* Source data:
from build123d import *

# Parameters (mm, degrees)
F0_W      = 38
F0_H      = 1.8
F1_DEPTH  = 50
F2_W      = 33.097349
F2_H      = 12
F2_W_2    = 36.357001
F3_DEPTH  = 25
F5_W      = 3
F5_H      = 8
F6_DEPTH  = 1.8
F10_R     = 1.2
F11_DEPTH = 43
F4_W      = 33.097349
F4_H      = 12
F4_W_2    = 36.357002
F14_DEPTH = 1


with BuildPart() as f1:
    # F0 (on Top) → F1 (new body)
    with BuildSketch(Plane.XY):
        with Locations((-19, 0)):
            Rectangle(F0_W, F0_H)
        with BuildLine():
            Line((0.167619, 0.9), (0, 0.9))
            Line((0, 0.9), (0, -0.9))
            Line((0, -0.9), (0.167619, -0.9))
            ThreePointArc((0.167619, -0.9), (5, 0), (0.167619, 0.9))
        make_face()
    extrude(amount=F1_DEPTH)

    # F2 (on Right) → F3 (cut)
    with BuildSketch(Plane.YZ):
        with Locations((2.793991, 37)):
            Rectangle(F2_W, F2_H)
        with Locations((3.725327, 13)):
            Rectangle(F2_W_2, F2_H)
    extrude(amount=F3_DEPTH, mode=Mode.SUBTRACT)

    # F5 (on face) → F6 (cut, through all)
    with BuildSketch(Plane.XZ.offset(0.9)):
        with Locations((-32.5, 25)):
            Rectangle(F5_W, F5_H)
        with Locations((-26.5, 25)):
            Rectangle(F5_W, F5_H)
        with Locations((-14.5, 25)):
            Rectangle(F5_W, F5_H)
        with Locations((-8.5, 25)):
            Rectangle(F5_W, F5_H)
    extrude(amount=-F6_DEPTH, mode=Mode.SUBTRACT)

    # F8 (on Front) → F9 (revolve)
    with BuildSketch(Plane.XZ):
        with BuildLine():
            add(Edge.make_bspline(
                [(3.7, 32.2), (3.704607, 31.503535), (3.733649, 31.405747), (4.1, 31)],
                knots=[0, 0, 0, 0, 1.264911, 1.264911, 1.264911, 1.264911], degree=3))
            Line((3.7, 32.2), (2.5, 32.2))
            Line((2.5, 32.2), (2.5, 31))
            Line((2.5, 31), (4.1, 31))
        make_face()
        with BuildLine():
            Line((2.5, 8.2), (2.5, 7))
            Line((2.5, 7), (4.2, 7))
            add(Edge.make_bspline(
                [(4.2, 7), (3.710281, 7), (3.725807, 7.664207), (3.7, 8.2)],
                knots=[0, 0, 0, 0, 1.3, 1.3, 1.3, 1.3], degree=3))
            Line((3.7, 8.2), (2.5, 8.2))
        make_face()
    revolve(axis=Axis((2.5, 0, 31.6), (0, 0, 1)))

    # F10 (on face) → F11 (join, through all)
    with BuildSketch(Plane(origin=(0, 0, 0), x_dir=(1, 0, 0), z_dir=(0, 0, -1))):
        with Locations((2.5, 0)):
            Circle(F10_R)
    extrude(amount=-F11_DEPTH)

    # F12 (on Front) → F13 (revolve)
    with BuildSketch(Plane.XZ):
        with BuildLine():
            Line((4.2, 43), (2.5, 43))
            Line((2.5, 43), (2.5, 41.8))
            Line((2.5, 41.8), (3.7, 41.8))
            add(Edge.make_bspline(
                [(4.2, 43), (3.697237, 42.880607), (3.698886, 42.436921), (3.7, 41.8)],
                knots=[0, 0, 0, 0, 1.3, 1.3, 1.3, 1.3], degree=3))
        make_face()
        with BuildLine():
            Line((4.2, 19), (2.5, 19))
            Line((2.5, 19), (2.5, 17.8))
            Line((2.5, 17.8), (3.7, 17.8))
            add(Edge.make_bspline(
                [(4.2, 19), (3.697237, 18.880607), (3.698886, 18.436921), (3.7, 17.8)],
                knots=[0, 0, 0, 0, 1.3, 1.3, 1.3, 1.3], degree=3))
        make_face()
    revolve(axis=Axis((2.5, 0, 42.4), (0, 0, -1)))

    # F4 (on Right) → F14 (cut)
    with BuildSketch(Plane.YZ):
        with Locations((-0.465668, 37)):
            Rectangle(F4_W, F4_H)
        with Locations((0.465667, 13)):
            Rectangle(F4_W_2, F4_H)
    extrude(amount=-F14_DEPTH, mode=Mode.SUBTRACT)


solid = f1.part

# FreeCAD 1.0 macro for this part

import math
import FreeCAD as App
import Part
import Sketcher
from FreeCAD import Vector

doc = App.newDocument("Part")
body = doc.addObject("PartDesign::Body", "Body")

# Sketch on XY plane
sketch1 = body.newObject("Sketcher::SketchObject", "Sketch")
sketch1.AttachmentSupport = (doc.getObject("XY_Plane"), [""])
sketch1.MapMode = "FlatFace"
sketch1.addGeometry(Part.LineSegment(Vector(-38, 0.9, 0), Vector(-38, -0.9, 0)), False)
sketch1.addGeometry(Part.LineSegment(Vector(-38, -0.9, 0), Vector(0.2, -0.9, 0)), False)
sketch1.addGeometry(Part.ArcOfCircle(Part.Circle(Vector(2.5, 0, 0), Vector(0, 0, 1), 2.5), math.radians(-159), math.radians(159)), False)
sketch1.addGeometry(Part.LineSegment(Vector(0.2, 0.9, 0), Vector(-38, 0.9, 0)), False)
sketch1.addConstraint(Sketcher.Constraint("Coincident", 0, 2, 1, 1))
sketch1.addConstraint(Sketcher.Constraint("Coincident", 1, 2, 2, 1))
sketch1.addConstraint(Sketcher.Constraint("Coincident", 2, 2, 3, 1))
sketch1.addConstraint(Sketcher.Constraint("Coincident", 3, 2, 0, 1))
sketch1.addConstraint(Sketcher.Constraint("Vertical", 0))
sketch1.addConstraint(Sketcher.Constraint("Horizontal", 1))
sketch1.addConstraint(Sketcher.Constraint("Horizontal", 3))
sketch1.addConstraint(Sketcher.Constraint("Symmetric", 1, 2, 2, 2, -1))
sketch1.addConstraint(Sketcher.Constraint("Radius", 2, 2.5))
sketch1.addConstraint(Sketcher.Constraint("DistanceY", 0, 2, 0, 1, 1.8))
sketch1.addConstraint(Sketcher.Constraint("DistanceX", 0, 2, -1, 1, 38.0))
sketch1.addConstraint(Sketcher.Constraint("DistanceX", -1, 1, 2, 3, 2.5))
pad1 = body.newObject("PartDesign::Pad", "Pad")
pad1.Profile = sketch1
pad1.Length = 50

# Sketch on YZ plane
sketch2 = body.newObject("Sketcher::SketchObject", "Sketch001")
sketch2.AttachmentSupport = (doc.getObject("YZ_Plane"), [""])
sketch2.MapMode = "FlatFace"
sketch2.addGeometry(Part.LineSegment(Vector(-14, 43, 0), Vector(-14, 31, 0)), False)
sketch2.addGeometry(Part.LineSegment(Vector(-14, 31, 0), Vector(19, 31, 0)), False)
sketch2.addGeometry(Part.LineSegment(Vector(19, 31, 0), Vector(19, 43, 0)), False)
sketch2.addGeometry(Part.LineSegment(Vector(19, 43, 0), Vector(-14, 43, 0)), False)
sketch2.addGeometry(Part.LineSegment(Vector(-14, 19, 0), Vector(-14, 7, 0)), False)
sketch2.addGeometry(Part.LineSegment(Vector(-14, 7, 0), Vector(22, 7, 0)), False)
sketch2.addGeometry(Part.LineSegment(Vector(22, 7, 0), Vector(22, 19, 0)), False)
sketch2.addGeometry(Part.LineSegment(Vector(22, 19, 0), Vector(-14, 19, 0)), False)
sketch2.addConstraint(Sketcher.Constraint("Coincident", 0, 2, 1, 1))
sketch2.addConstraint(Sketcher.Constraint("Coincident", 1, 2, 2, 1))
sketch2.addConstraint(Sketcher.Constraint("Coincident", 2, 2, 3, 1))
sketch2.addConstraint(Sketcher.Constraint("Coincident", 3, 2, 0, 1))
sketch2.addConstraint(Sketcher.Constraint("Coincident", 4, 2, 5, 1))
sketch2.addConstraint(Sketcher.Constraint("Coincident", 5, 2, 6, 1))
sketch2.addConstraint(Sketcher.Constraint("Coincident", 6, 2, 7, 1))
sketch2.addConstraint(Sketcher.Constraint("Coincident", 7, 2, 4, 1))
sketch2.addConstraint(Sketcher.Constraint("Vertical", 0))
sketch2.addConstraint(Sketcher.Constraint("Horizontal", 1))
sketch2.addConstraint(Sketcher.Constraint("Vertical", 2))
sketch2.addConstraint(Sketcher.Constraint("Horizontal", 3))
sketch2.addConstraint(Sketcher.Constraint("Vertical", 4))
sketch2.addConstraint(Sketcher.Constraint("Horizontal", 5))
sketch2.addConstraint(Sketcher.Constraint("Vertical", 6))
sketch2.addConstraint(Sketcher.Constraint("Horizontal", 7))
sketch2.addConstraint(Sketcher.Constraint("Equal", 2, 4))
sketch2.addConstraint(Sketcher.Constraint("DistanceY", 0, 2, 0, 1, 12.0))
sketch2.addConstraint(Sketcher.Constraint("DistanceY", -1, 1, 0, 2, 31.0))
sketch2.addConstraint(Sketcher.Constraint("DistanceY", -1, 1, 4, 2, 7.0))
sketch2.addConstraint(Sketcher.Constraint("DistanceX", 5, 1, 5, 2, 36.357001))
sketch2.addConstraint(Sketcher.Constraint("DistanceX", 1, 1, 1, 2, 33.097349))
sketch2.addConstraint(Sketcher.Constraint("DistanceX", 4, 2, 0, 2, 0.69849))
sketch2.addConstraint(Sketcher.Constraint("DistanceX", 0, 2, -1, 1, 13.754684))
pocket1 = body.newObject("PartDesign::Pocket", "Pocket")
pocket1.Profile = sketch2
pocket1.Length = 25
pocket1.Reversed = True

* Exercise details: Lines above with the string "Axis" need to be found and copied.

* Task result:
    revolve(axis=Axis((2.5, 0, 31.6), (0, 0, 1)))
    revolve(axis=Axis((2.5, 0, 42.4), (0, 0, -1)))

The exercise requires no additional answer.